Copy precisely the first line of the material below and every later line, stopping with the line that contains "f 202 483 488".

◇ ◇ ◇ ◇ ◇

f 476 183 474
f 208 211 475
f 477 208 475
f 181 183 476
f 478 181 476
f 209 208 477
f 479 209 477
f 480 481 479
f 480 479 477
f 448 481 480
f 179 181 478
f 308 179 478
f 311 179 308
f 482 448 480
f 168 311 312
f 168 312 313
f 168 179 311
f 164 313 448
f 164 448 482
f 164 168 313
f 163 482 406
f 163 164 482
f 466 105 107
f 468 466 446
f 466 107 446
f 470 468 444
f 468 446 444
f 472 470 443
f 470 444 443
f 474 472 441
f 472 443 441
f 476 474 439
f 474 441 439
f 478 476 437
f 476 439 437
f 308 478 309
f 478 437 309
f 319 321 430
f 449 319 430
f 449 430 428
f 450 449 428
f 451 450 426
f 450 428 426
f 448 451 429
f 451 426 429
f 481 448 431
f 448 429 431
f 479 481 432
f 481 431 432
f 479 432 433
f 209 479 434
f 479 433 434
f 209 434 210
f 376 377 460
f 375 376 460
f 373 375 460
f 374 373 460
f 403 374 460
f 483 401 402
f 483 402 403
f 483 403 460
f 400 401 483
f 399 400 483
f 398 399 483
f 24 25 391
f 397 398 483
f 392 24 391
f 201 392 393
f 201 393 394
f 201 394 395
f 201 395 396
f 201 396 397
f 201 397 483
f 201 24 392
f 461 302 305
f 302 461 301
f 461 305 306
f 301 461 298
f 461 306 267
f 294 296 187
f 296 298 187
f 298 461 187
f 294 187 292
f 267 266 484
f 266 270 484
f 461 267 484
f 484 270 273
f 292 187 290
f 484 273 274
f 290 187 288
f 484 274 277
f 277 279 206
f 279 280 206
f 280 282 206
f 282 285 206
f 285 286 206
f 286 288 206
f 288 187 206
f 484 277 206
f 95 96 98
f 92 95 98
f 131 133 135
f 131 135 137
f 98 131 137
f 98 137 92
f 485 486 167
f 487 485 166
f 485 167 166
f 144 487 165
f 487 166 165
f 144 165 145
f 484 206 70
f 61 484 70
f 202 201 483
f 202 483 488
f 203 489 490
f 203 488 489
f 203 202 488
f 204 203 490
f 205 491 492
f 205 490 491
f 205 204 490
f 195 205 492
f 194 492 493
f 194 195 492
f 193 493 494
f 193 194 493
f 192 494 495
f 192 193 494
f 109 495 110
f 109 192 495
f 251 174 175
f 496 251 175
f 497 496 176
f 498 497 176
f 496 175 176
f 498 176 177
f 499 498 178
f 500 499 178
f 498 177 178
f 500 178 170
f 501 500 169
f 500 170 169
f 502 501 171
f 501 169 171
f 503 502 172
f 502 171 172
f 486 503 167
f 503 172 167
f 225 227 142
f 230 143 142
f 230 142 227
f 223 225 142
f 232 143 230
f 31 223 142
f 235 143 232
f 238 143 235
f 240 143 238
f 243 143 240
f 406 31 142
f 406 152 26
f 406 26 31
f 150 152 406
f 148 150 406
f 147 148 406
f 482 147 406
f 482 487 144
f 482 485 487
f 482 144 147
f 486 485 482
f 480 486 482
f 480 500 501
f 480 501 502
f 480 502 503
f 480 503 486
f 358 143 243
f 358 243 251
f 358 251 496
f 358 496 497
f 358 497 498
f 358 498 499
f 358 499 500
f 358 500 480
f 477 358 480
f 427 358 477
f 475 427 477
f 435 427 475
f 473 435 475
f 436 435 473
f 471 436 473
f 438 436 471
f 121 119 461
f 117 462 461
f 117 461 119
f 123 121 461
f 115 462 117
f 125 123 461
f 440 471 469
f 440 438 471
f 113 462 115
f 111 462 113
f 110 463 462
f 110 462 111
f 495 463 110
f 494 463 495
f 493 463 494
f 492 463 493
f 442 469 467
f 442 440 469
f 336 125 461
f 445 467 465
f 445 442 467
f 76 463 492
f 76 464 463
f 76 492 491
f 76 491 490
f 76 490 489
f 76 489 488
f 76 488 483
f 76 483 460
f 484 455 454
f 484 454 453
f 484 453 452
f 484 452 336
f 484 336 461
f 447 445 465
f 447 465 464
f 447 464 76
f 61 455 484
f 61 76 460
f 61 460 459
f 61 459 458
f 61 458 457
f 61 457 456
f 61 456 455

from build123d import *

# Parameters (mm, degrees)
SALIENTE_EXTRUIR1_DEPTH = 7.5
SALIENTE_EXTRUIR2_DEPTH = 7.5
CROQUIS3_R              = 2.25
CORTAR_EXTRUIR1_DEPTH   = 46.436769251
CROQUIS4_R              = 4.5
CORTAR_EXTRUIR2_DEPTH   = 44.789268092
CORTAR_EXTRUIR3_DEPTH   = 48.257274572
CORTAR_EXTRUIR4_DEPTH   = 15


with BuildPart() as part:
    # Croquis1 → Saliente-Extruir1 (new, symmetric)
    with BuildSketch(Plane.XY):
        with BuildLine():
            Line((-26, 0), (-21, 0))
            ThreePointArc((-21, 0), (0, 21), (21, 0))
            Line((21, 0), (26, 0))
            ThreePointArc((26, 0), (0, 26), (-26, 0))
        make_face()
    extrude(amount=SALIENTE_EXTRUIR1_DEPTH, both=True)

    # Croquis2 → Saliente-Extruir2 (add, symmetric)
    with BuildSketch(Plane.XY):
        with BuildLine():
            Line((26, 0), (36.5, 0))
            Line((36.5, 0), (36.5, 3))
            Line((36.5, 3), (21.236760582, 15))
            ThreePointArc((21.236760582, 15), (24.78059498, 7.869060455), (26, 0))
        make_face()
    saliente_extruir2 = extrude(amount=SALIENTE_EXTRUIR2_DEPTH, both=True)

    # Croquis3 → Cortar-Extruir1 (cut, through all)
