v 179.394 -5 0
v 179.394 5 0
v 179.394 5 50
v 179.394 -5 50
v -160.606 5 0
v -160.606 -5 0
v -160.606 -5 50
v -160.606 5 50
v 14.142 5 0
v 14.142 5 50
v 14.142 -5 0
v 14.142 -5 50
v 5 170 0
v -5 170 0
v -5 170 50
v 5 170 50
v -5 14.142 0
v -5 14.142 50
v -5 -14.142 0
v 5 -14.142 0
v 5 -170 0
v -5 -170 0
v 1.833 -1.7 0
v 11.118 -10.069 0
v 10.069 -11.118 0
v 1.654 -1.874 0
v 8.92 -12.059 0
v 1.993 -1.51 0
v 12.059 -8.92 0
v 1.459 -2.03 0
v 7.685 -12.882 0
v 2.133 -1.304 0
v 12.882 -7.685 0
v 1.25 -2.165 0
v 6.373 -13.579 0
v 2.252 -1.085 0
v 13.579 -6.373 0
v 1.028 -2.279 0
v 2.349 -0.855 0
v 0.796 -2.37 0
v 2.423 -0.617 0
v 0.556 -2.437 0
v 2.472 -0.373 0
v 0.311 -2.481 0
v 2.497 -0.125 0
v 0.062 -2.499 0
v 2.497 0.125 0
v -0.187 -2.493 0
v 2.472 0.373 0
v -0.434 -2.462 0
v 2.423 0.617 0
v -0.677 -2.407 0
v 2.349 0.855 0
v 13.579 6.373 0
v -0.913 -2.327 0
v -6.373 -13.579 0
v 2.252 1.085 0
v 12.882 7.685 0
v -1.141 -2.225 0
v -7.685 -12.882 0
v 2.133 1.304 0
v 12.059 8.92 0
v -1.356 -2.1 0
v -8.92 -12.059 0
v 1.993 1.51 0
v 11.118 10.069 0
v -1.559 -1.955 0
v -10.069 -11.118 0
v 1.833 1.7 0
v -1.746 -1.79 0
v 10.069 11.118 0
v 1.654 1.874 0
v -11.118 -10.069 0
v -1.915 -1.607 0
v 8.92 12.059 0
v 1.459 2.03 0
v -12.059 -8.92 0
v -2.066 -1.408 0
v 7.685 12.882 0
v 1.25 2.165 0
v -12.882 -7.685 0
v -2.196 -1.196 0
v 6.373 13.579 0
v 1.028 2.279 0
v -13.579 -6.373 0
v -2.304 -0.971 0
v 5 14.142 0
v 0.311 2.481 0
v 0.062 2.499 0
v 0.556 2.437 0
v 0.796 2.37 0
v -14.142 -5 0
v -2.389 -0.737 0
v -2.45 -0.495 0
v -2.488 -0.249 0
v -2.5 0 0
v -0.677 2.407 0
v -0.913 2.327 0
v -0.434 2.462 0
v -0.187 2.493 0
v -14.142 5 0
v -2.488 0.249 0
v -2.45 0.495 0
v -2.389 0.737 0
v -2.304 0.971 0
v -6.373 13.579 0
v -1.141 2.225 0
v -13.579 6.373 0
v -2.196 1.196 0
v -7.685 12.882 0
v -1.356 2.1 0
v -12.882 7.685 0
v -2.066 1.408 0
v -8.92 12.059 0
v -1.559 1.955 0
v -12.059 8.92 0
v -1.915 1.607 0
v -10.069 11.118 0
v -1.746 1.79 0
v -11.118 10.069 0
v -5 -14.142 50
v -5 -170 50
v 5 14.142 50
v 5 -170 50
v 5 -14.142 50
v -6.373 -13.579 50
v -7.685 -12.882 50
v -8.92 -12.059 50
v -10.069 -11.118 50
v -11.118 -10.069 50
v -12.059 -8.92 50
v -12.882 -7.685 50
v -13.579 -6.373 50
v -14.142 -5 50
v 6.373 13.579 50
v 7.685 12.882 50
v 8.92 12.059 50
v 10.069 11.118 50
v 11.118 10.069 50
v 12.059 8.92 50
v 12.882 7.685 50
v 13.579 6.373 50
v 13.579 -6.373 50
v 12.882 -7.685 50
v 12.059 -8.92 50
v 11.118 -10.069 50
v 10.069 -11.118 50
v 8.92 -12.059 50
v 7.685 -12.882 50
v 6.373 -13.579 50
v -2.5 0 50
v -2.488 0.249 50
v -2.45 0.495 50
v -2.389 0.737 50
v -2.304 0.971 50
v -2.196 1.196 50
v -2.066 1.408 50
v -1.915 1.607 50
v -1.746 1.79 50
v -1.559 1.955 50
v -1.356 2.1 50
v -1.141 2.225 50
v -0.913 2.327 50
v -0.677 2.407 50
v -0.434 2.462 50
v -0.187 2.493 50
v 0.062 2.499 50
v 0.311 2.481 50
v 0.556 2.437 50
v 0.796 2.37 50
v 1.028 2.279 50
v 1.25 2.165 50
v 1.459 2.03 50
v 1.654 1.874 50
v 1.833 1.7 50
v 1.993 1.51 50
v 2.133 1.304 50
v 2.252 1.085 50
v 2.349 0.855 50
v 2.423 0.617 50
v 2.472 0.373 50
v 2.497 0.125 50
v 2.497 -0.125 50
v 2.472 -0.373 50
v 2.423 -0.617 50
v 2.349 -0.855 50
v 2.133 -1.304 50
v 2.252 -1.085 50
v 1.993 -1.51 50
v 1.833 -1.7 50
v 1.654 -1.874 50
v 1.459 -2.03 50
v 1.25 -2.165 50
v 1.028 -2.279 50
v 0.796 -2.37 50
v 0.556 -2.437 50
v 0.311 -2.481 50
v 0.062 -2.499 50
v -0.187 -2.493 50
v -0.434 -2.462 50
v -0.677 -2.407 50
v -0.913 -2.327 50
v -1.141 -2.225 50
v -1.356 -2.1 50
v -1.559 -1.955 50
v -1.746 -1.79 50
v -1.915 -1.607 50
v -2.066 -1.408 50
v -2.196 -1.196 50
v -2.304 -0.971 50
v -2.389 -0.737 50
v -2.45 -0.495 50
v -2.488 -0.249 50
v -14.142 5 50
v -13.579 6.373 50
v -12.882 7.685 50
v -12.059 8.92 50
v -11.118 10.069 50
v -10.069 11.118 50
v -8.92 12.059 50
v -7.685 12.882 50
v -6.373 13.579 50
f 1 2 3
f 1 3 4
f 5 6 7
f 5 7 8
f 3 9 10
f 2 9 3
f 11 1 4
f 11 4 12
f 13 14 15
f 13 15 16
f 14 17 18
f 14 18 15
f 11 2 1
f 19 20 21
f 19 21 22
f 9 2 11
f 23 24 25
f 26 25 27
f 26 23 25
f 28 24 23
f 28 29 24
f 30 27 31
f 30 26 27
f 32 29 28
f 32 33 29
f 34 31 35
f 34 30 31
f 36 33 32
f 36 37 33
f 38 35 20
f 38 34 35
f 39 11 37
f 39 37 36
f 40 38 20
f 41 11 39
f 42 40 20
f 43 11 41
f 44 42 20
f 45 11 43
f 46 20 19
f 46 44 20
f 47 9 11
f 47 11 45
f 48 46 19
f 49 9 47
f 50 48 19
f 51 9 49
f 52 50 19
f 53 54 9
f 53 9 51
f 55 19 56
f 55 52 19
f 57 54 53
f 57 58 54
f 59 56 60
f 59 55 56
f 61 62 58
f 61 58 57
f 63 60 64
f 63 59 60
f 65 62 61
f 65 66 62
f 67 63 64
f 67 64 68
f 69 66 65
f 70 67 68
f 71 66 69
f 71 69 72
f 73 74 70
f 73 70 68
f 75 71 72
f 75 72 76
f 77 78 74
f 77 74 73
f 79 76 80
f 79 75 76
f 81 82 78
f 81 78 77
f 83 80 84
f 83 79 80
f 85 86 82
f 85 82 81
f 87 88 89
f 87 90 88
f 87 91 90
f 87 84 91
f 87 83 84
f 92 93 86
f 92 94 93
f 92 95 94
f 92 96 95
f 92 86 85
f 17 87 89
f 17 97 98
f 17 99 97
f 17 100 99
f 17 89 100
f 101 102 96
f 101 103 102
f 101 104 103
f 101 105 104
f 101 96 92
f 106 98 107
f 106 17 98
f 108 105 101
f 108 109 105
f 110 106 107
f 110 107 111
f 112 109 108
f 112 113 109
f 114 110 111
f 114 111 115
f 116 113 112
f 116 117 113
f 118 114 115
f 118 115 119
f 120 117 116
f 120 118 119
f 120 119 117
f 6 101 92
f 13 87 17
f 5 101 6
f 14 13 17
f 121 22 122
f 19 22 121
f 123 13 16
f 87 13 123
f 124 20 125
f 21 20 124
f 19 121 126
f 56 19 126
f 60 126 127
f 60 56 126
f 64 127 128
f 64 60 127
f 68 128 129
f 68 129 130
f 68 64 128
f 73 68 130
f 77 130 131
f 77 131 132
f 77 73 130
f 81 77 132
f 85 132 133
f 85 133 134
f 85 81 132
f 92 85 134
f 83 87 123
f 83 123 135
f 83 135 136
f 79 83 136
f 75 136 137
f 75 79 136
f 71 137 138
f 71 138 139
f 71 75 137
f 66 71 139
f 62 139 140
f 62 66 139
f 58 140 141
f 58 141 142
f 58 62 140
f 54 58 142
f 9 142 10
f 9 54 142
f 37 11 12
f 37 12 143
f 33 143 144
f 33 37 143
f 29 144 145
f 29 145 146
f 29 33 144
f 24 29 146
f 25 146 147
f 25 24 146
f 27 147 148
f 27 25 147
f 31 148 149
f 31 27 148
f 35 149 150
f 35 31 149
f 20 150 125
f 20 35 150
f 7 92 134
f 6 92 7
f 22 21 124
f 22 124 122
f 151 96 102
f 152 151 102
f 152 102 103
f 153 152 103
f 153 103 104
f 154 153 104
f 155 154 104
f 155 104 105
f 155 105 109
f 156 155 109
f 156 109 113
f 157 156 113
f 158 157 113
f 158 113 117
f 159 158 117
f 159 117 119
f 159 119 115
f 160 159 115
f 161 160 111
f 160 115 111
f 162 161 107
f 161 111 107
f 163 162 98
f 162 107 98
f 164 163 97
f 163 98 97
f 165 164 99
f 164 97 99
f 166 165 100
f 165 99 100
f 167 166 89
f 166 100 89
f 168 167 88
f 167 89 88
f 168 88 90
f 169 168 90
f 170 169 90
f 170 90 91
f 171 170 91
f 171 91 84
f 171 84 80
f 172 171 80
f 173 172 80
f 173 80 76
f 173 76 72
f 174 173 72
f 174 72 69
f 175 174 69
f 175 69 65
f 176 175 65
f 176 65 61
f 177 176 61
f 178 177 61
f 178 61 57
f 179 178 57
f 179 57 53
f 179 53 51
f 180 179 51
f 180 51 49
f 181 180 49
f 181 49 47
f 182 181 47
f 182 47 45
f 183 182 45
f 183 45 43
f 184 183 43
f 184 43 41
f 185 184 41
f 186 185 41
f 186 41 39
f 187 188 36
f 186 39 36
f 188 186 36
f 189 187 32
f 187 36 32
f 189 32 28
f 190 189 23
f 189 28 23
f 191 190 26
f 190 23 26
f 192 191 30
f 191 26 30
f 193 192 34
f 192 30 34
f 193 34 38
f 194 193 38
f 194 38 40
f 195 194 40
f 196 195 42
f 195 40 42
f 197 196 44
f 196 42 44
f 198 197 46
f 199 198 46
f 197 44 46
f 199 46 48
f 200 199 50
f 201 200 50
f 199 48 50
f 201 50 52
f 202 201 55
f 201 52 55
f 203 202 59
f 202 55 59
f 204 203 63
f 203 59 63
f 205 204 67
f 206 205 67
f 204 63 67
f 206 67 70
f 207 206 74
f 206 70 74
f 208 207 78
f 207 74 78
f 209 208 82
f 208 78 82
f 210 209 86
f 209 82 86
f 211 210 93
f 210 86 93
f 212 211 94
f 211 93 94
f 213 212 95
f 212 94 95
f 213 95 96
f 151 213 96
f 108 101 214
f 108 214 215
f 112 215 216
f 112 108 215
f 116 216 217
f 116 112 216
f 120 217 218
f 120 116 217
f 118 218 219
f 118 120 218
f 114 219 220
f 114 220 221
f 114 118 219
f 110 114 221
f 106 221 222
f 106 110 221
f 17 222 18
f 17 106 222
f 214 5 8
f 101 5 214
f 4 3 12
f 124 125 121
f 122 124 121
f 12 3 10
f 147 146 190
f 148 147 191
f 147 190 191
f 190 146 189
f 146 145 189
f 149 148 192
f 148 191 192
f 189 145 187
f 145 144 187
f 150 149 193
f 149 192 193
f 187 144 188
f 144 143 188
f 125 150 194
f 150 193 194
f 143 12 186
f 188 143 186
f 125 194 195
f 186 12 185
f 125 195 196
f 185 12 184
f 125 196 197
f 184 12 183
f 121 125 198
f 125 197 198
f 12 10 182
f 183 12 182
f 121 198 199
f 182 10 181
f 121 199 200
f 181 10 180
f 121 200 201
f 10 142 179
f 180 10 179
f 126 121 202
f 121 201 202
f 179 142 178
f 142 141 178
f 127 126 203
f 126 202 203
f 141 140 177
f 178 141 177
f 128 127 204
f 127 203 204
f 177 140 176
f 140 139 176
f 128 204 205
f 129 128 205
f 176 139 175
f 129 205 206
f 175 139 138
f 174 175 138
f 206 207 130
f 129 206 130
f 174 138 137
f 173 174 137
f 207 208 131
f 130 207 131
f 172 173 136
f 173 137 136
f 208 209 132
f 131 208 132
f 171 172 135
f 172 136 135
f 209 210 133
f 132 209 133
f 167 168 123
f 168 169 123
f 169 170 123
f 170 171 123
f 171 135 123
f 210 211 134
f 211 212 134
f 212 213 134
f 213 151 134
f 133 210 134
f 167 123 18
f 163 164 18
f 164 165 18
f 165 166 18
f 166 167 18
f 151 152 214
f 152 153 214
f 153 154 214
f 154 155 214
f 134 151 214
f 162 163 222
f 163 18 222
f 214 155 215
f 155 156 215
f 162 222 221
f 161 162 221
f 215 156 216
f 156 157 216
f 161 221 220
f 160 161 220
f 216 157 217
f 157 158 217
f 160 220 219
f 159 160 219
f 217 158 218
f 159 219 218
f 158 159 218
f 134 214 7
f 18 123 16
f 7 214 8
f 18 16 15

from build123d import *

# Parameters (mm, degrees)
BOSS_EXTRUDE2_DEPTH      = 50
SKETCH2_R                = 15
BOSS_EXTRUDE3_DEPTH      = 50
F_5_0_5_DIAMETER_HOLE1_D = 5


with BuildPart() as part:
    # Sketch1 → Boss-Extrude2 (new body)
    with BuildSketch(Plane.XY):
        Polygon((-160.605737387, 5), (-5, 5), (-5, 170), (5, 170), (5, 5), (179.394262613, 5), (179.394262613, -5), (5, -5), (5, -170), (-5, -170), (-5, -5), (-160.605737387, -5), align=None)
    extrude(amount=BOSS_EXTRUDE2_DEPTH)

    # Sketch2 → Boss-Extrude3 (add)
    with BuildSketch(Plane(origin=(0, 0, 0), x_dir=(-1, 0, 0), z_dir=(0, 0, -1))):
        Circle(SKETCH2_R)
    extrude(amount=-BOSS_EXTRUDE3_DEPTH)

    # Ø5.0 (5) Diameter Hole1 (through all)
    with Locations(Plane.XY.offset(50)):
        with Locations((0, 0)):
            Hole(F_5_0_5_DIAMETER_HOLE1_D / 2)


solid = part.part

◇ ◇ ◇ ◇ ◇

> [TASK ANSWER]:
f 476 183 474
f 208 211 475
f 477 208 475
f 181 183 476
f 478 181 476
f 209 208 477
f 479 209 477
f 480 481 479
f 480 479 477
f 448 481 480
f 179 181 478
f 308 179 478
f 311 179 308
f 482 448 480
f 168 311 312
f 168 312 313
f 168 179 311
f 164 313 448
f 164 448 482
f 164 168 313
f 163 482 406
f 163 164 482
f 466 105 107
f 468 466 446
f 466 107 446
f 470 468 444
f 468 446 444
f 472 470 443
f 470 444 443
f 474 472 441
f 472 443 441
f 476 474 439
f 474 441 439
f 478 476 437
f 476 439 437
f 308 478 309
f 478 437 309
f 319 321 430
f 449 319 430
f 449 430 428
f 450 449 428
f 451 450 426
f 450 428 426
f 448 451 429
f 451 426 429
f 481 448 431
f 448 429 431
f 479 481 432
f 481 431 432
f 479 432 433
f 209 479 434
f 479 433 434
f 209 434 210
f 376 377 460
f 375 376 460
f 373 375 460
f 374 373 460
f 403 374 460
f 483 401 402
f 483 402 403
f 483 403 460
f 400 401 483
f 399 400 483
f 398 399 483
f 24 25 391
f 397 398 483
f 392 24 391
f 201 392 393
f 201 393 394
f 201 394 395
f 201 395 396
f 201 396 397
f 201 397 483
f 201 24 392
f 461 302 305
f 302 461 301
f 461 305 306
f 301 461 298
f 461 306 267
f 294 296 187
f 296 298 187
f 298 461 187
f 294 187 292
f 267 266 484
f 266 270 484
f 461 267 484
f 484 270 273
f 292 187 290
f 484 273 274
f 290 187 288
f 484 274 277
f 277 279 206
f 279 280 206
f 280 282 206
f 282 285 206
f 285 286 206
f 286 288 206
f 288 187 206
f 484 277 206
f 95 96 98
f 92 95 98
f 131 133 135
f 131 135 137
f 98 131 137
f 98 137 92
f 485 486 167
f 487 485 166
f 485 167 166
f 144 487 165
f 487 166 165
f 144 165 145
f 484 206 70
f 61 484 70
f 202 201 483
f 202 483 488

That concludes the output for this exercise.